#plottingscheme — Public Fediverse posts

It's been a while since I wrote a report on the progress of #GRASP

In large part, it's because things haven't been going too well lately. The fact that I no longer commute to work by train has a negative impact on my productivity.

I will likely start renting a co-working office starting next month. I'm also in the process of switching jobs.

So, my last few weeks were a kind of a mental diarrhea, when I was figuring out what to do next.

So I had a lot of ideas and very little accomplishments.

My current attitude is that in order to finish GRASP, I will have to start developing it from scratch. Maybe not entirely from scratch, because I think some parts of its design are completely fine, but I will probably start a new project, and just move some bits of the old one as I'll be needing them.

But this also leads me to the position of figuring out certain current shortcommings of GRASP. One of the problems is that I'm unable to run it in the browser. So last week I made a very simple Scheme to JS translator. (I call it jsssssssss, which stands for "JavaScript Scrounged from a Sophisticated Superset of a Simple Subset of Scheme or Something Similar")

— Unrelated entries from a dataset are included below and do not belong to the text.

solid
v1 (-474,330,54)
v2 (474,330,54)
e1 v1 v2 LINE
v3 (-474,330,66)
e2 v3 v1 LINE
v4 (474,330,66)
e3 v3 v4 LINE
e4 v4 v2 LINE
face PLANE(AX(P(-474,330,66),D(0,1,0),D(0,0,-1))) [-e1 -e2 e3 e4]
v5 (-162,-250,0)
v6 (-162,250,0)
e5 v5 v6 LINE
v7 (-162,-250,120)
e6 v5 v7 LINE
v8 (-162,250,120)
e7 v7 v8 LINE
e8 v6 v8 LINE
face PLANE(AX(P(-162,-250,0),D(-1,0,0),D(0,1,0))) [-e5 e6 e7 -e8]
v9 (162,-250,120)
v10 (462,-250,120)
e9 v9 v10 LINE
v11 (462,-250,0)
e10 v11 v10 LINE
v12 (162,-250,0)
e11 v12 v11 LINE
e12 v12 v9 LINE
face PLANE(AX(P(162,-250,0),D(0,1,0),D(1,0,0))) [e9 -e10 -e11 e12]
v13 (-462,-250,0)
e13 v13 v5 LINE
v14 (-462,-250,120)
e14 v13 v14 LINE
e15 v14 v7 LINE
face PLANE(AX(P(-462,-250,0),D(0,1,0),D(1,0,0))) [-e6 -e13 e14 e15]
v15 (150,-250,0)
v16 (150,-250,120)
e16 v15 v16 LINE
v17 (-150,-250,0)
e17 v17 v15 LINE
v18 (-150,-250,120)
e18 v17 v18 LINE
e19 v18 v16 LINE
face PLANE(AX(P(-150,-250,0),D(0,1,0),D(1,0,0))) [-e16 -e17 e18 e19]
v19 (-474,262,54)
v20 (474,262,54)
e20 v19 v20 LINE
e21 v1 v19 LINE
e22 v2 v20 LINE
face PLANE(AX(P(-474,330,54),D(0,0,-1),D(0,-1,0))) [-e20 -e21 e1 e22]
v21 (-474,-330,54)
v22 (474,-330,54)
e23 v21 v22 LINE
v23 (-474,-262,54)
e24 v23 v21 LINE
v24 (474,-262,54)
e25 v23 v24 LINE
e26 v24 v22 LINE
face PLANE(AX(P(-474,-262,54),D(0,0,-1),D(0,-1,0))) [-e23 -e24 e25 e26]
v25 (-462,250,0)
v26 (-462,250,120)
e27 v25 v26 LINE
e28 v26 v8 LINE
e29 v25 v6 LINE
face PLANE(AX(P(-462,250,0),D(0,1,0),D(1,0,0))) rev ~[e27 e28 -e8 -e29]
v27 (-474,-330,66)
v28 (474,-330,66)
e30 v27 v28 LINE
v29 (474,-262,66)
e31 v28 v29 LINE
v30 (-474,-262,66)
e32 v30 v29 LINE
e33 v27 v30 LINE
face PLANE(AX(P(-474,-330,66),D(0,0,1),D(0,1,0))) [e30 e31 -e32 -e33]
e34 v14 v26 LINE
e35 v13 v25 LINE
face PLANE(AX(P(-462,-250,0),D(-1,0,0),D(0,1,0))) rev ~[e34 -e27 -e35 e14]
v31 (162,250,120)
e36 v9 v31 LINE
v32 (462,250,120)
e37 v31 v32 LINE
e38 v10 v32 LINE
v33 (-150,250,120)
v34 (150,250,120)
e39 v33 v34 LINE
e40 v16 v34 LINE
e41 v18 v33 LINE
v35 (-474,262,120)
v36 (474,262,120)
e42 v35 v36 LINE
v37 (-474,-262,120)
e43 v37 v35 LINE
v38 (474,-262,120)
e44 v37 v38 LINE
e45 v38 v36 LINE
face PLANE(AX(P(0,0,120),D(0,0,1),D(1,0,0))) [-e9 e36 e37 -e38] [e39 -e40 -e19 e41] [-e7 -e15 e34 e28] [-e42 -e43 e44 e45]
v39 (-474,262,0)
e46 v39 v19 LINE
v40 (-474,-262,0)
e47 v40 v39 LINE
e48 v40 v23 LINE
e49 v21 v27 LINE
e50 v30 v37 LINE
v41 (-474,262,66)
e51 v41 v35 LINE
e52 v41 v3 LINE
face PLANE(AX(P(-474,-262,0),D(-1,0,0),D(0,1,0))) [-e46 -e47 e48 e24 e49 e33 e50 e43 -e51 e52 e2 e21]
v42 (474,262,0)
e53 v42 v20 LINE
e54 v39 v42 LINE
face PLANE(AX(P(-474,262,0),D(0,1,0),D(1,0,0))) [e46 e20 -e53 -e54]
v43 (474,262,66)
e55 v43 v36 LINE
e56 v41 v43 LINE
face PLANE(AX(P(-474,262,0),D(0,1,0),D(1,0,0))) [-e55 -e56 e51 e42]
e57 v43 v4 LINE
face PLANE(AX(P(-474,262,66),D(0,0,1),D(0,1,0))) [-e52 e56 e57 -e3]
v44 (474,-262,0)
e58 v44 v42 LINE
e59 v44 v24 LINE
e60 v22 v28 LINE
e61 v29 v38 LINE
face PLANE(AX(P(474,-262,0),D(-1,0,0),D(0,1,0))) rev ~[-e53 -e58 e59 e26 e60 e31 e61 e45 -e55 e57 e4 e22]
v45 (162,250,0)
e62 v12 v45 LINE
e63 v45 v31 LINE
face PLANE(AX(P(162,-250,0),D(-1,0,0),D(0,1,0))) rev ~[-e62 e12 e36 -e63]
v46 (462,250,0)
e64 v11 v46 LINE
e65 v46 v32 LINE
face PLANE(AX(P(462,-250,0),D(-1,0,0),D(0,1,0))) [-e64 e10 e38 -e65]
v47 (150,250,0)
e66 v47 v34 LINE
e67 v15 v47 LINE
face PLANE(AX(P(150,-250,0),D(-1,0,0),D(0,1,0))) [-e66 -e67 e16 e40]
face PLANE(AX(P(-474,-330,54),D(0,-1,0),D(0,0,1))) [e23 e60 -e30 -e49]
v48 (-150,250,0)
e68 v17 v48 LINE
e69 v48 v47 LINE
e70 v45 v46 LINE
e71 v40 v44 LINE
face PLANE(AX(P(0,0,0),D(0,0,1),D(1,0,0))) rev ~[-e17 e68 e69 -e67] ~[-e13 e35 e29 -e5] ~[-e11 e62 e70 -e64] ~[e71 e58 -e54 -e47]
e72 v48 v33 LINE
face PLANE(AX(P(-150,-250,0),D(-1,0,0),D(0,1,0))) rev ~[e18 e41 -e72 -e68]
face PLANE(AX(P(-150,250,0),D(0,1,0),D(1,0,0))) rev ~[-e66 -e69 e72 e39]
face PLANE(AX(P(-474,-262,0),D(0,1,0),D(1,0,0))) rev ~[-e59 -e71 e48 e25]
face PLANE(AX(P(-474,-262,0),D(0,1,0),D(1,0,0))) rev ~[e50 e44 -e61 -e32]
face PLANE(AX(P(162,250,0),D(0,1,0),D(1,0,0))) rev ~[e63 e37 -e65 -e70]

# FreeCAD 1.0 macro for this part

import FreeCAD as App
import Part
import Sketcher
Q = App.Units.Quantity

doc = App.newDocument("Part")
params = doc.addObject("Spreadsheet::Sheet", "Params")
for row, (alias, value) in enumerate([
    ("sketch1_width", "948 mm"),
    ("sketch1_width2", "300 mm"),
    ("sketch1_height", "524 mm"),
    ("sketch1_height2", "500 mm"),
    ("pad1_length", "120 mm"),
    ("sketch2_width", "68 mm"),
    ("sketch2_height", "12 mm"),
], start=1):
    params.set(f"A{row}", alias)
    params.set(f"B{row}", "=" + value)
    params.setAlias(f"B{row}", alias)

body = doc.addObject("PartDesign::Body", "Body")

# Sketch on XY plane
sketch1 = body.newObject("Sketcher::SketchObject", "Sketch")
sketch1.AttachmentSupport = (doc.getObject("XY_Plane"), [""])
sketch1.MapMode = "FlatFace"
sketch1.addGeometry([
    Part.LineSegment(App.Vector(-474, 262, 0), App.Vector(-474, -262, 0)),  # 0
    Part.LineSegment(App.Vector(-474, -262, 0), App.Vector(474, -262, 0)),  # 1
    Part.LineSegment(App.Vector(474, -262, 0), App.Vector(474, 262, 0)),  # 2
    Part.LineSegment(App.Vector(474, 262, 0), App.Vector(-474, 262, 0)),  # 3
    Part.LineSegment(App.Vector(-162, -250, 0), App.Vector(-462, -250, 0)),  # 4
    Part.LineSegment(App.Vector(-462, -250, 0), App.Vector(-462, 250, 0)),  # 5
    Part.LineSegment(App.Vector(-462, 250, 0), App.Vector(-162, 250, 0)),  # 6
    Part.LineSegment(App.Vector(-162, 250, 0), App.Vector(-162, -250, 0)),  # 7
    Part.LineSegment(App.Vector(150, -250, 0), App.Vector(-150, -250, 0)),  # 8
    Part.LineSegment(App.Vector(-150, -250, 0), App.Vector(-150, 250, 0)),  # 9
    Part.LineSegment(App.Vector(-150, 250, 0), App.Vector(150, 250, 0)),  # 10
    Part.LineSegment(App.Vector(150, 250, 0), App.Vector(150, -250, 0)),  # 11
    Part.LineSegment(App.Vector(462, -250, 0), App.Vector(162, -250, 0)),  # 12
    Part.LineSegment(App.Vector(162, -250, 0), App.Vector(162, 250, 0)),  # 13
    Part.LineSegment(App.Vector(162, 250, 0), App.Vector(462, 250, 0)),  # 14
    Part.LineSegment(App.Vector(462, 250, 0), App.Vector(462, -250, 0)),  # 15
], False)
sketch1.addConstraint([
    Sketcher.Constraint("Coincident", 0, 2, 1, 1),
    Sketcher.Constraint("Coincident", 1, 2, 2, 1),
    Sketcher.Constraint("Coincident", 2, 2, 3, 1),
    Sketcher.Constraint("Coincident", 3, 2, 0, 1),
    Sketcher.Constraint("Coincident", 4, 2, 5, 1),
    Sketcher.Constraint("Coincident", 5, 2, 6, 1),
    Sketcher.Constraint("Coincident", 6, 2, 7, 1),
    Sketcher.Constraint("Coincident", 7, 2, 4, 1),
    Sketcher.Constraint("Coincident", 8, 2, 9, 1),
    Sketcher.Constraint("Coincident", 9, 2, 10, 1),
    Sketcher.Constraint("Coincident", 10, 2, 11, 1),
    Sketcher.Constraint("Coincident", 11, 2, 8, 1),
    Sketcher.Constraint("Coincident", 12, 2, 13, 1),
    Sketcher.Constraint("Coincident", 13, 2, 14, 1),
    Sketcher.Constraint("Coincident", 14, 2, 15, 1),
    Sketcher.Constraint("Coincident", 15, 2, 12, 1),
    Sketcher.Constraint("Vertical", 0),
    Sketcher.Constraint("Horizontal", 1),
    Sketcher.Constraint("Vertical", 2),
    Sketcher.Constraint("Horizontal", 3),
    Sketcher.Constraint("Horizontal", 4),
    Sketcher.Constraint("Vertical", 5),
    Sketcher.Constraint("Horizontal", 6),
    Sketcher.Constraint("Vertical", 7),
    Sketcher.Constraint("Horizontal", 8),
    Sketcher.Constraint("Vertical", 9),
    Sketcher.Constraint("Horizontal", 10),
    Sketcher.Constraint("Vertical", 11),
    Sketcher.Constraint("Horizontal", 12),
    Sketcher.Constraint("Vertical", 13),
    Sketcher.Constraint("Horizontal", 14),
    Sketcher.Constraint("Vertical", 15),
    Sketcher.Constraint("Symmetric", 0, 2, 2, 2, -1, 1),
    Sketcher.Constraint("Symmetric", 8, 2, 10, 2, -1, 1),
    Sketcher.Constraint("Symmetric", 6, 2, 12, 2, -1, 1),
    Sketcher.Constraint("Symmetric", 4, 2, 14, 2, -1, 1),
    Sketcher.Constraint("Horizontal", 7, 2, 8, 2),
    Sketcher.Constraint("Horizontal", 6, 2, 9, 2),
    Sketcher.Constraint("Equal", 6, 8),
    Sketcher.Constraint("DistanceX", 1, 1, 1, 2, Q("948 mm")),
    Sketcher.Constraint("DistanceX", 4, 2, 4, 1, Q("300 mm")),
    Sketcher.Constraint("DistanceY", 0, 2, 0, 1, Q("524 mm")),
    Sketcher.Constraint("DistanceY", 5, 1, 5, 2, Q("500 mm")),
    Sketcher.Constraint("DistanceX", 4, 2, -1, 1, Q("462 mm")),
])
sketch1.setExpression("Constraints[39]", "Params.sketch1_width")
sketch1.setExpression("Constraints[40]", "Params.sketch1_width2")
sketch1.setExpression("Constraints[41]", "Params.sketch1_height")
sketch1.setExpression("Constraints[42]", "Params.sketch1_height2")
pad1 = body.newObject("PartDesign::Pad", "Pad")
pad1.Profile = sketch1
pad1.setExpression("Length", "Params.pad1_length")

# Sketch on YZ plane
sketch2 = body.newObject("Sketcher::SketchObject", "Sketch001")
sketch2.AttachmentSupport = (doc.getObject("YZ_Plane"), [""])
sketch2.MapMode = "FlatFace"
sketch2.AttachmentOffset = App.Placement(App.Vector(0, 0, -474), App.Rotation())
sketch2.addGeometry([
    Part.LineSegment(App.Vector(330, 54, 0), App.Vector(262, 54, 0)),  # 0
    Part.LineSegment(App.Vector(262, 54, 0), App.Vector(262, 66, 0)),  # 1
    Part.LineSegment(App.Vector(262, 66, 0), App.Vector(330, 66, 0)),  # 2
    Part.LineSegment(App.Vector(330, 66, 0), App.Vector(330, 54, 0)),  # 3
    Part.LineSegment(App.Vector(-262, 66, 0), App.Vector(-262, 54, 0)),  # 4
    Part.LineSegment(App.Vector(-262, 54, 0), App.Vector(-330, 54, 0)),  # 5
    Part.LineSegment(App.Vector(-330, 54, 0), App.Vector(-330, 66, 0)),  # 6
    Part.LineSegment(App.Vector(-330, 66, 0), App.Vector(-262, 66, 0)),  # 7
], False)
sketch2.addConstraint([
    Sketcher.Constraint("Coincident", 0, 2, 1, 1),
    Sketcher.Constraint("Coincident", 1, 2, 2, 1),
    Sketcher.Constraint("Coincident", 2, 2, 3, 1),
    Sketcher.Constraint("Coincident", 3, 2, 0, 1),
    Sketcher.Constraint("Coincident", 4, 2, 5, 1),
    Sketcher.Constraint("Coincident", 5, 2, 6, 1),
    Sketcher.Constraint("Coincident", 6, 2, 7, 1),
    Sketcher.Constraint("Coincident", 7, 2, 4, 1),
    Sketcher.Constraint("Horizontal", 0),
    Sketcher.Constraint("Vertical", 1),
    Sketcher.Constraint("Horizontal", 2),
    Sketcher.Constraint("Vertical", 3),
    Sketcher.Constraint("Vertical", 4),
    Sketcher.Constraint("Horizontal", 5),
    Sketcher.Constraint("Vertical", 6),
    Sketcher.Constraint("Horizontal", 7),
    Sketcher.Constraint("Symmetric", 0, 2, 4, 2, -2),
    Sketcher.Constraint("Symmetric", 2, 2, 6, 2, -2),
    Sketcher.Constraint("DistanceX", 0, 2, 0, 1, Q("68 mm")),
    Sketcher.Constraint("DistanceY", 1, 1, 1, 2, Q("12 mm")),
    Sketcher.Constraint("DistanceX", -1, 1, 0, 2, Q("262 mm")),
    Sketcher.Constraint("DistanceY", -1, 1, 0, 2, Q("54 mm")),
])
sketch2.setExpression("Constraints[18]", "Params.sketch2_width")
sketch2.setExpression("Constraints[19]", "Params.sketch2_height")
pad2 = body.newObject("PartDesign::Pad", "Pad001")
pad2.Profile = sketch2
pad2.Type = "UpToLast"

doc.recompute()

Another thing is that I'd like to decouple GRASP from Kawa, and possibly be able to run it on top of other Scheme implementations. But I don't want to give up on the affordances that I get from Kawa, and in particular its type system, and so I'm looking for a way to transplant that system to some other Schemes, refining it along the way. It consists of a few components, including
- a subsystem for interface-based object-orientation
- a record system
- type signatures

The system is going to be very similar to what I developed on top of Kawa, and described a while ago around here (under the #PlottingScheme tag). I originally thought of making a #lang for Racket, because I was hoping that I could use RacketScript to target the browser, but it turned out that RacketScript doesn't really suit my needs.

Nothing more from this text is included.